Carbon farming bracing for a bumper harvest

The carbon market is bracing for a surge in demand following the Albanese government’s new legally binding climate target and laws to force the nation’s biggest emitters to cut their pollution, many of which will buy credits to meet their obligations.

While the mum and dad farmers who will undertake projects to generate carbon credits, such as growing trees, are unlikely to sell credits directly to the likes of AGL, the nation’s biggest polluter, agents are bracing for a multi-decade surge in demand for their services.

The carbon market is bracing for a boom in emissions offsets projects.

Alex Ellinghausen.

“There used to be only two certainties in life, death and taxes. Now there’s an additional one – and that is carbon responsibilities,” said John Connor, a former head of the Climate Institute think tank who now heads up the Carbon Market Institute, which represents companies that generate, buy, and sell carbon credits to companies seeking to reduce their carbon footprint.

“Companies and individuals are taking responsibility for their emissions and that’s only going to get more urgent,” Connor said, noting the climate push has locked long-term growth into the carbon market for centuries to come.

Demand for carbon offsets in Australia has historically been driven by the private market, as businesses seek to satisfy community and investor pressure for climate action by making voluntary purchases to counter their emissions. But for the first time in Australia, big polluters will from July be forced to cut their emissions. Under the incoming safeguard mechanism, the federal government will compel the nation’s 215 biggest emitters to cut their carbon footprint by 4.9 per cent a year to 2030.

Climate Friendly chief executive Skye Glenday. 

Skye Glenday is chief executive of Climate Friendly, which gives technical advice to landholders who set up carbon farming projects as well as trading some of the carbon credits they generate. She said demand had built slowly but surely since the company was founded in 2003 and was now starting to surge.

“By 2020 we achieved our first target, which was to deliver 20 million tonnes of abatement, and now we’re trying to scale that up to quite an ambitious target of 100 million tons by 2025,” she said. Climate Friendly has helped set up 160 carbon farming projects.

The federal government runs a scheme to verify Australian Carbon Credit Units [ACCUs] and the majority of the offsets registered so far have come from what’s dubbed human-induced regeneration, where landholders either plant trees or reduce livestock grazing pressure to encourage more growth – which in turn captures carbon from the atmosphere and converts it to vegetation.

There is massive scope for growth. With around 70,000 agricultural properties in Australia, less than 2000 of them (1.7 per cent) have registered carbon farming projects.

While Climate Friendly is largely focused on technical advice, and helping participants negotiate the complex rules to register their projects, many farmers are sceptical of the business model of some carbon companies.

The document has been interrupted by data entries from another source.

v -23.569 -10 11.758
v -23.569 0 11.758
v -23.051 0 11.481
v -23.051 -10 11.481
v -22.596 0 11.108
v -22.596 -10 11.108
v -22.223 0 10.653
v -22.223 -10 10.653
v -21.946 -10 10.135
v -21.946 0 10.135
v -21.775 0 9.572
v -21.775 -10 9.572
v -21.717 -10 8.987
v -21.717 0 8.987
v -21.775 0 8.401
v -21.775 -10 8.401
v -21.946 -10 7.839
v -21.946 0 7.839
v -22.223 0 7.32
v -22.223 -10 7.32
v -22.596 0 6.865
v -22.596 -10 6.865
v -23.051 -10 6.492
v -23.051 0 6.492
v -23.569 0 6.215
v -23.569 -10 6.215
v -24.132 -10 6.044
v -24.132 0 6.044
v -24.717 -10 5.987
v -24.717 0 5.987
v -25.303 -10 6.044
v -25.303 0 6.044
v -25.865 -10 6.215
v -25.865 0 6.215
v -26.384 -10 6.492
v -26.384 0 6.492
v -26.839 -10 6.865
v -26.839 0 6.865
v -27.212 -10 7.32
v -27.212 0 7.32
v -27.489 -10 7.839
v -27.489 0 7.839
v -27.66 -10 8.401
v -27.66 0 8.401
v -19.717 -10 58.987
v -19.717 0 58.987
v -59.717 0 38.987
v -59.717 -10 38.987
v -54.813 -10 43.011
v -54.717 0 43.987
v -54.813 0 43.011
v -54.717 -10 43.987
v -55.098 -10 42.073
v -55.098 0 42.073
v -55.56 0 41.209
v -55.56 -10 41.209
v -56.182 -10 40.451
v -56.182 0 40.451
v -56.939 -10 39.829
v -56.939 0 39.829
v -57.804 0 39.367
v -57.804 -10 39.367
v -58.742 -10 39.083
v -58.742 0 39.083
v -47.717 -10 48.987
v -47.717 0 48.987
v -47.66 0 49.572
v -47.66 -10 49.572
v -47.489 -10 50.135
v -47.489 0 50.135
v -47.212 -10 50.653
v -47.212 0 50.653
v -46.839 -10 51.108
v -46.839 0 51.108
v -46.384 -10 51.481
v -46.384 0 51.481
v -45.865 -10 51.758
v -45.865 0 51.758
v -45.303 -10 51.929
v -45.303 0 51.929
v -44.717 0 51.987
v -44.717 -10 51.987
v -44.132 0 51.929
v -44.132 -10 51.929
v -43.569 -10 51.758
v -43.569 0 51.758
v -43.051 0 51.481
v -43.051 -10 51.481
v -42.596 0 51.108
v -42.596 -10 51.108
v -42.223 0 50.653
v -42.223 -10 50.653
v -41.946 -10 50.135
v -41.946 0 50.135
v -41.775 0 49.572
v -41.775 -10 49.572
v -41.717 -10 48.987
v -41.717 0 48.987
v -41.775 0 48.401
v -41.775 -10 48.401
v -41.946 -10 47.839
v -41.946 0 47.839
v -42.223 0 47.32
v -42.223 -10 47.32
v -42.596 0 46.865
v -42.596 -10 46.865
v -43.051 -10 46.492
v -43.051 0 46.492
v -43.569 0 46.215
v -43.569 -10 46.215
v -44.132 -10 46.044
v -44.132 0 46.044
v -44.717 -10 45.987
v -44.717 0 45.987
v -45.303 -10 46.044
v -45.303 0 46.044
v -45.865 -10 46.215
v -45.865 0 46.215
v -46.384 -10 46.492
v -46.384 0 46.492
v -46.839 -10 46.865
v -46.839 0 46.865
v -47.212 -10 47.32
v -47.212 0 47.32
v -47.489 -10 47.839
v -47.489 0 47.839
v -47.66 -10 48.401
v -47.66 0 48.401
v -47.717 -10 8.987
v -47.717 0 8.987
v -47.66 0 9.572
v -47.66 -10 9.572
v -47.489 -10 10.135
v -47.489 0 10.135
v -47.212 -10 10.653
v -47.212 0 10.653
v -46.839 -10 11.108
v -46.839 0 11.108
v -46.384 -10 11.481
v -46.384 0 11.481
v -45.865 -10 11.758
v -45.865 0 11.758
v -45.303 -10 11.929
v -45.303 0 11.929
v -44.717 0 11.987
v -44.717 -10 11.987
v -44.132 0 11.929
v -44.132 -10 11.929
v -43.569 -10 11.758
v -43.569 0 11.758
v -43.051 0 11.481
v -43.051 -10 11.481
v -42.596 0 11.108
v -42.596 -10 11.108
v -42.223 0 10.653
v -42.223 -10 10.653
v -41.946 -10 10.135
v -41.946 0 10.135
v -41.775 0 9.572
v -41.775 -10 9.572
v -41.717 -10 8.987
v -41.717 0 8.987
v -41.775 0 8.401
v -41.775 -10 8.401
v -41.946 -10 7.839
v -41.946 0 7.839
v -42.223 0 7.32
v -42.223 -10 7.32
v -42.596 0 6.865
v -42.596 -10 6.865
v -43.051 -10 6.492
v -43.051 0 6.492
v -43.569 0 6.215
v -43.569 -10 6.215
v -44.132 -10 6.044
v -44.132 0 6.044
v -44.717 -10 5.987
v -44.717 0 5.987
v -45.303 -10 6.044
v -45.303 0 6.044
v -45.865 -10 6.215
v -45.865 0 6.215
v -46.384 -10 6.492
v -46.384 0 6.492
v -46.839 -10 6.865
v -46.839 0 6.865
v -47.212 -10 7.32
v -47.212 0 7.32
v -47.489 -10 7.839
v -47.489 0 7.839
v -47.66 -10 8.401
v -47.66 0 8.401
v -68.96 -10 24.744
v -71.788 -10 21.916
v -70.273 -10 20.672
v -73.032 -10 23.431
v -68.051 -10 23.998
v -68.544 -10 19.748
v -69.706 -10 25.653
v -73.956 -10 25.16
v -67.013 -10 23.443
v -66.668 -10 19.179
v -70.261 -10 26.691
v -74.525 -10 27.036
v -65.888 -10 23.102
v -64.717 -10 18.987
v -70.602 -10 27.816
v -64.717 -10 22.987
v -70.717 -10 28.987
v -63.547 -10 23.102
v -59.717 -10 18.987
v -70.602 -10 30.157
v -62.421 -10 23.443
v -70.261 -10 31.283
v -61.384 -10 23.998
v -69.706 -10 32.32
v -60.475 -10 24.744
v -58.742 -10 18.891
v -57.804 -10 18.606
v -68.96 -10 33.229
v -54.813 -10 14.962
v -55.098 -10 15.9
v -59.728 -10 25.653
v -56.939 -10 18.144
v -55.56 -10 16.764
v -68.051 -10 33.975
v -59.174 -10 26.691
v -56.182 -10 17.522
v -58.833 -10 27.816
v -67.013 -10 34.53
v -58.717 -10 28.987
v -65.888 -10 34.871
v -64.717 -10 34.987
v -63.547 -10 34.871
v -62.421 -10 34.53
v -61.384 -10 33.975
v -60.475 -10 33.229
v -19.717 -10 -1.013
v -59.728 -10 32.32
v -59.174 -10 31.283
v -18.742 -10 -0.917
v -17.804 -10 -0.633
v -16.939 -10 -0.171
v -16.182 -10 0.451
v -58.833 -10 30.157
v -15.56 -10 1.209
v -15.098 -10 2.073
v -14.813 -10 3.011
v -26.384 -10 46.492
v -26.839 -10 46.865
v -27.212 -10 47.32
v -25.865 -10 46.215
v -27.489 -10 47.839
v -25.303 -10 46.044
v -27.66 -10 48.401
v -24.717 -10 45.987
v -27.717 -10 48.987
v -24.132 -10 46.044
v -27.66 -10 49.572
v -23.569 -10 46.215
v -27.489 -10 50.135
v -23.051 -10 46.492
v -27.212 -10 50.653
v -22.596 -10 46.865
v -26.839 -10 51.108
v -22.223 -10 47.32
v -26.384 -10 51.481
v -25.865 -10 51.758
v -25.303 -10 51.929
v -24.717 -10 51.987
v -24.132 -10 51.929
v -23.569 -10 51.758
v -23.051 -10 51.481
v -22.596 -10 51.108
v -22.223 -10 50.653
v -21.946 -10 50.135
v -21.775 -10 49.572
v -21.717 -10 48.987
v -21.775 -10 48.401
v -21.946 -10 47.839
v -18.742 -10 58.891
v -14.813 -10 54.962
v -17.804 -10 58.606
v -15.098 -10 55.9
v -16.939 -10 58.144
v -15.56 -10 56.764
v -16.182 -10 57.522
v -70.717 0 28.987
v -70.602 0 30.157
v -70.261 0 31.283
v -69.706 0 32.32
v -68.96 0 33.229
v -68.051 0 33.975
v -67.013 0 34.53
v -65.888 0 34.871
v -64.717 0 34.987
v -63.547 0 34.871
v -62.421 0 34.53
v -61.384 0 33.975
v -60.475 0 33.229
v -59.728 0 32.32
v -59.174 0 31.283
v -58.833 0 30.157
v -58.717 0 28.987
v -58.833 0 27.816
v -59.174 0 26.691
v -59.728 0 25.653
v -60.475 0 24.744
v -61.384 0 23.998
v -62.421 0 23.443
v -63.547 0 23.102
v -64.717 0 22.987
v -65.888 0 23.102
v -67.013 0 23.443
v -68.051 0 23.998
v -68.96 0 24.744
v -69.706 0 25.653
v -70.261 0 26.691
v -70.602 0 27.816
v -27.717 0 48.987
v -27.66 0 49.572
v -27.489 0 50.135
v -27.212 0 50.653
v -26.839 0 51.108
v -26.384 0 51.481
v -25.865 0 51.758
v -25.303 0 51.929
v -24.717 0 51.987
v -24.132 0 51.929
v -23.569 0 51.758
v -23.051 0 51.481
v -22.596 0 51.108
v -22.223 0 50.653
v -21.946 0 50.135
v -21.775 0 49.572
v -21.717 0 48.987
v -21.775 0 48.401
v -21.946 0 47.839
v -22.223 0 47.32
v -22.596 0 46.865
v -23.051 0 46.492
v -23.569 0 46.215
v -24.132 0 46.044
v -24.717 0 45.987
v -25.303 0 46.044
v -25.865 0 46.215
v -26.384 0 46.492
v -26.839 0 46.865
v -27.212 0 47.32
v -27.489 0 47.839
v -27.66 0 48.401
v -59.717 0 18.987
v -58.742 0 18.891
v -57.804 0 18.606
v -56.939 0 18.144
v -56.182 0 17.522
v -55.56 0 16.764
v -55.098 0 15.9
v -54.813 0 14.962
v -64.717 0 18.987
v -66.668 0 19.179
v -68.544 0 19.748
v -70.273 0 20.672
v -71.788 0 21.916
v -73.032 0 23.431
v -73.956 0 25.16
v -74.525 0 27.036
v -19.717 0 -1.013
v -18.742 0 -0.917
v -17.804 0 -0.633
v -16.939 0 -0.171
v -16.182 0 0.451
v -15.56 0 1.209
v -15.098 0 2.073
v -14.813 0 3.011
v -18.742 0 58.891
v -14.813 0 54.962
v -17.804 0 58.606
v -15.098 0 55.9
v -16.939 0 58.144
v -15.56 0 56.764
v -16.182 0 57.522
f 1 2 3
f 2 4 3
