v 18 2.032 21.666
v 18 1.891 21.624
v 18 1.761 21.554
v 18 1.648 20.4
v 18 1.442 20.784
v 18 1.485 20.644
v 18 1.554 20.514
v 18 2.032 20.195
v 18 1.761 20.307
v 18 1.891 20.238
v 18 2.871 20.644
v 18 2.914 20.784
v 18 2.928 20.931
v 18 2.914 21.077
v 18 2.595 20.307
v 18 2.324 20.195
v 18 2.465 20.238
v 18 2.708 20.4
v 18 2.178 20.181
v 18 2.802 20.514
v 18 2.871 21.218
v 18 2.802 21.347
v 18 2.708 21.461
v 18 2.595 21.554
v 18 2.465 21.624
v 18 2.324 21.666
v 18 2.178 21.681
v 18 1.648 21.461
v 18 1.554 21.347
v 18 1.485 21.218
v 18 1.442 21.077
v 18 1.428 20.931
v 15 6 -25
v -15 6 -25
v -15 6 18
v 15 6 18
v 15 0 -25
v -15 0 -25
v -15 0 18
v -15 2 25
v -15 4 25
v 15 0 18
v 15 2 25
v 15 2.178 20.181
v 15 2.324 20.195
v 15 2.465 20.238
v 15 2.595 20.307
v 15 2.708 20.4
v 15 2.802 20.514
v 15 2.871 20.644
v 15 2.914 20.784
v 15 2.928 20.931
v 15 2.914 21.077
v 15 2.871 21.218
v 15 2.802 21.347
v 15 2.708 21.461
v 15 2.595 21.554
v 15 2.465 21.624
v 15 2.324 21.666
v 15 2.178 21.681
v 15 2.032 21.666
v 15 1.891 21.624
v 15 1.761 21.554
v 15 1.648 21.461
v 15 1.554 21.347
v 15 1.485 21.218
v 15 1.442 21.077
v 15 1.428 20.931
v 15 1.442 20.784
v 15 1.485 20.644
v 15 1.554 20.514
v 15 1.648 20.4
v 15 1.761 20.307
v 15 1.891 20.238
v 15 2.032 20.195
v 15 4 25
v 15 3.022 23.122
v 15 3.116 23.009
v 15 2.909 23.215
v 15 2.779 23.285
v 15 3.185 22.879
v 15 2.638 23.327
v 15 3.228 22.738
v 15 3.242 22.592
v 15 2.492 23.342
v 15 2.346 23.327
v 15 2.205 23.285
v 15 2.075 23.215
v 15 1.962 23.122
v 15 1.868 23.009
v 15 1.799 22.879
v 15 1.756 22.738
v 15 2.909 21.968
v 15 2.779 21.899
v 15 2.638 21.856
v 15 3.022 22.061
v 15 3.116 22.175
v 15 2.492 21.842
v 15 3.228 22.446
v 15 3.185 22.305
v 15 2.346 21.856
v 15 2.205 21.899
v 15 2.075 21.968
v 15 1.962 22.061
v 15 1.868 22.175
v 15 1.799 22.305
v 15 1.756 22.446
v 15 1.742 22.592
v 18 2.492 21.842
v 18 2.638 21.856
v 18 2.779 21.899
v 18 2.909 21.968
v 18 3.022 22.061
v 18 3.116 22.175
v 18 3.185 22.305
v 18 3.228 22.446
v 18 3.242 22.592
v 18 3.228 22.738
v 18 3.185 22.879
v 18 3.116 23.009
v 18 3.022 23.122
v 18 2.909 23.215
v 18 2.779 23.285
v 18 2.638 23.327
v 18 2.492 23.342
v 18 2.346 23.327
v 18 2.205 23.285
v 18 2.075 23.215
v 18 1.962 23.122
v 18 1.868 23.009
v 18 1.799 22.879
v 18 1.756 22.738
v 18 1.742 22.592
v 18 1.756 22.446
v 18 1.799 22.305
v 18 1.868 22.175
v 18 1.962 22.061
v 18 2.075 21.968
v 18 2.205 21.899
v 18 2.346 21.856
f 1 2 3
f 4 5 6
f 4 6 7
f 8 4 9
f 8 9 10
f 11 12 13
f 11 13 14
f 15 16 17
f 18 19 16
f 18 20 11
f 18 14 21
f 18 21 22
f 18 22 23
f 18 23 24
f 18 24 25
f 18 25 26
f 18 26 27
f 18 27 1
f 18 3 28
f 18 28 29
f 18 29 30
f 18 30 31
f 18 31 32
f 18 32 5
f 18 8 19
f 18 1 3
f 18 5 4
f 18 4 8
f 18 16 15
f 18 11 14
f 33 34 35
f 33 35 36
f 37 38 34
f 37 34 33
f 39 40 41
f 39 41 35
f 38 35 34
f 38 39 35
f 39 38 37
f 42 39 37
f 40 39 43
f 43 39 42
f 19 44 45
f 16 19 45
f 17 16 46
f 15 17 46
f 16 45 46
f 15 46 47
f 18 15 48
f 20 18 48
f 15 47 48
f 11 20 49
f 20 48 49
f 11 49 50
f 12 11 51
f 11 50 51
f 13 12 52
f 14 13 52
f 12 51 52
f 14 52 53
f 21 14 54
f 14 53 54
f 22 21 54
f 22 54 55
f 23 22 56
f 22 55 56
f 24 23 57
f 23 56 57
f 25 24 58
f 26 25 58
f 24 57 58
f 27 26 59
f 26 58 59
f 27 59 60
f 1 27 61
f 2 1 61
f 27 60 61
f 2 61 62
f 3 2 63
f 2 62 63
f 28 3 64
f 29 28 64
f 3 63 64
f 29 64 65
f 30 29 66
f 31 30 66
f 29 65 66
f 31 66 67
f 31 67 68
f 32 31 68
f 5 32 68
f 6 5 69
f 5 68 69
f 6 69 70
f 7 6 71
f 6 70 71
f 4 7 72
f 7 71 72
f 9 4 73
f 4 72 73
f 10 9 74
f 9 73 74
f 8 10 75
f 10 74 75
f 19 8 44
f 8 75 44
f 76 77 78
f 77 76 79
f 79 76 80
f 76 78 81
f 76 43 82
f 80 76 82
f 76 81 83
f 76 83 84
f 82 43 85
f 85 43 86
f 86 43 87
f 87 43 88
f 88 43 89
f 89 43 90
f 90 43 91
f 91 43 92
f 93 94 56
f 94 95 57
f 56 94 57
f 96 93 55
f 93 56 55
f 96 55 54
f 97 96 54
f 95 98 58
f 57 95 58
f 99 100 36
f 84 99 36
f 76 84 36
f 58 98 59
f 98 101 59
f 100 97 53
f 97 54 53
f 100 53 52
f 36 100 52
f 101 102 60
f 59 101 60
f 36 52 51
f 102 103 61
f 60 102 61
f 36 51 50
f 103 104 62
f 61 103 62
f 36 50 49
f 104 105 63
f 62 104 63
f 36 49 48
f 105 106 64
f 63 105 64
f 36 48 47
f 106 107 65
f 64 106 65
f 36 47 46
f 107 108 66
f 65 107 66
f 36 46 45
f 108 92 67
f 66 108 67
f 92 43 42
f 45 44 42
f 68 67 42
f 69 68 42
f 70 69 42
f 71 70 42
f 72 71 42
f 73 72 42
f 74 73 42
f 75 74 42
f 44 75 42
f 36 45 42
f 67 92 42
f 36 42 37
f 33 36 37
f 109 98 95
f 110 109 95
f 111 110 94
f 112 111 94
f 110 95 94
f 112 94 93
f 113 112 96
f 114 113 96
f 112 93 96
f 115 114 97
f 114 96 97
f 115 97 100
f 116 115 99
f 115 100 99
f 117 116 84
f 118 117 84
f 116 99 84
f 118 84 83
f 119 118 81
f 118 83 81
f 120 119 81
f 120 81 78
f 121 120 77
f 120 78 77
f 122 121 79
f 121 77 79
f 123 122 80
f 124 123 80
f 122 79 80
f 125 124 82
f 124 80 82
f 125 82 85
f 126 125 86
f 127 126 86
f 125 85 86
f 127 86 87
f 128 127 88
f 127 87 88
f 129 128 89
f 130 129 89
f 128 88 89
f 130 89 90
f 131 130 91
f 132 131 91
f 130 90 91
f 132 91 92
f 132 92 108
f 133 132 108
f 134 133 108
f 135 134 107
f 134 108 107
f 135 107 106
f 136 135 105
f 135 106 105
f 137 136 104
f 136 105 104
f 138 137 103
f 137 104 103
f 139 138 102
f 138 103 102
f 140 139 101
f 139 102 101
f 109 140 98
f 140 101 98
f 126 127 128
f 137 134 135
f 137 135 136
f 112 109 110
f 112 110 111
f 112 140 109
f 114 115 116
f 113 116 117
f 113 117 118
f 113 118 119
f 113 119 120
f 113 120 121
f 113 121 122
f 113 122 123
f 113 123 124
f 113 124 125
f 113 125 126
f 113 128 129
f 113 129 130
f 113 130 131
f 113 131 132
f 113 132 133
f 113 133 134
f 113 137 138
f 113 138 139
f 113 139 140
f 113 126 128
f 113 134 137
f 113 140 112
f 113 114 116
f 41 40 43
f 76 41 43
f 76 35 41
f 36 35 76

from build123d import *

# Parameters (mm, degrees)
SKETCH1_W           = 30
SKETCH1_H           = 50
BOSS_EXTRUDE1_DEPTH = 6
CHAMFER1_SIZE       = 2
CHAMFER1_SIZE2      = 7
SKETCH2_R           = 0.75
BOSS_EXTRUDE2_DEPTH = 3


with BuildPart() as part:
    # Sketch1 → Boss-Extrude1 (new body)
    with BuildSketch(Plane(origin=(0, 0, 0), x_dir=(1, 0, 0), z_dir=(0, 1, 0))):
        Rectangle(SKETCH1_W, SKETCH1_H)
    extrude(amount=BOSS_EXTRUDE1_DEPTH)

    # Chamfer1
    chamfer1_edges = [part.edges().sort_by_distance(p)[0] for p in [
        (0, 0, 25),
        (0, 6, 25),
    ]]
    chamfer1_side = [part.faces().sort_by_distance(p)[0] for p in [
        (0, 3, 25),
    ]]
    chamfer(chamfer1_edges, length=CHAMFER1_SIZE, length2=CHAMFER1_SIZE2, reference=chamfer1_side[0])

    # Sketch2 → Boss-Extrude2 (add)
    with BuildSketch(Plane(origin=(15, 0, 0), x_dir=(0, 0, -1), z_dir=(1, 0, 0))):
        with Locations((-22.591828887, 2.491974932)):
            Circle(SKETCH2_R)
        with Locations((-20.930691136, 2.177979382)):
            Circle(SKETCH2_R)
    extrude(amount=BOSS_EXTRUDE2_DEPTH)


solid = part.part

Some companies simply buy up farms and turn the entire property over to carbon farming, while others operate as middlemen, or aggregators in the carbon trade, buying and bundling credits off smaller projects and selling them to buyers looking for large-scale offsets – taking a cut of up to 30 per cent for their services.

Farmers for Climate Action, one of the largest agricultural lobby groups with 7500 members, fear the lack of limits on carbon offsets under the safeguard mechanism could result in big polluters buying up valuable farmland for greenhouse abatement, potentially affecting food production and putting small family farmers out of business.

Hugh Grossman, executive director of market analyst RepuTex, said 95 per cent of the carbon credits that Australian companies are using to claim a net reduction to their greenhouse emissions are coming from international projects, which sell offsets between $5 to $20, compared to ACCUs that sell for up to $40. The higher price of ACCUs generally reflects the perceived integrity of the credit as a genuine offset to emissions.

Grossman said companies not captured by the safeguard mechanism are increasingly voluntarily purchasing offsets to cut their carbon footprint – but are largely buying on price, not quality.

The safeguard mechanism is calibrated to reduce pollution by a total of 205 million tonnes of emissions by the end of the decade. To meet the mandate, companies can reduce their emissions or offset them by buying ACCUs.

When combined with the growing voluntary buy-ups of carbon credits by companies seeking to reach net zero, the suppliers of offsets are eyeing boom times ahead.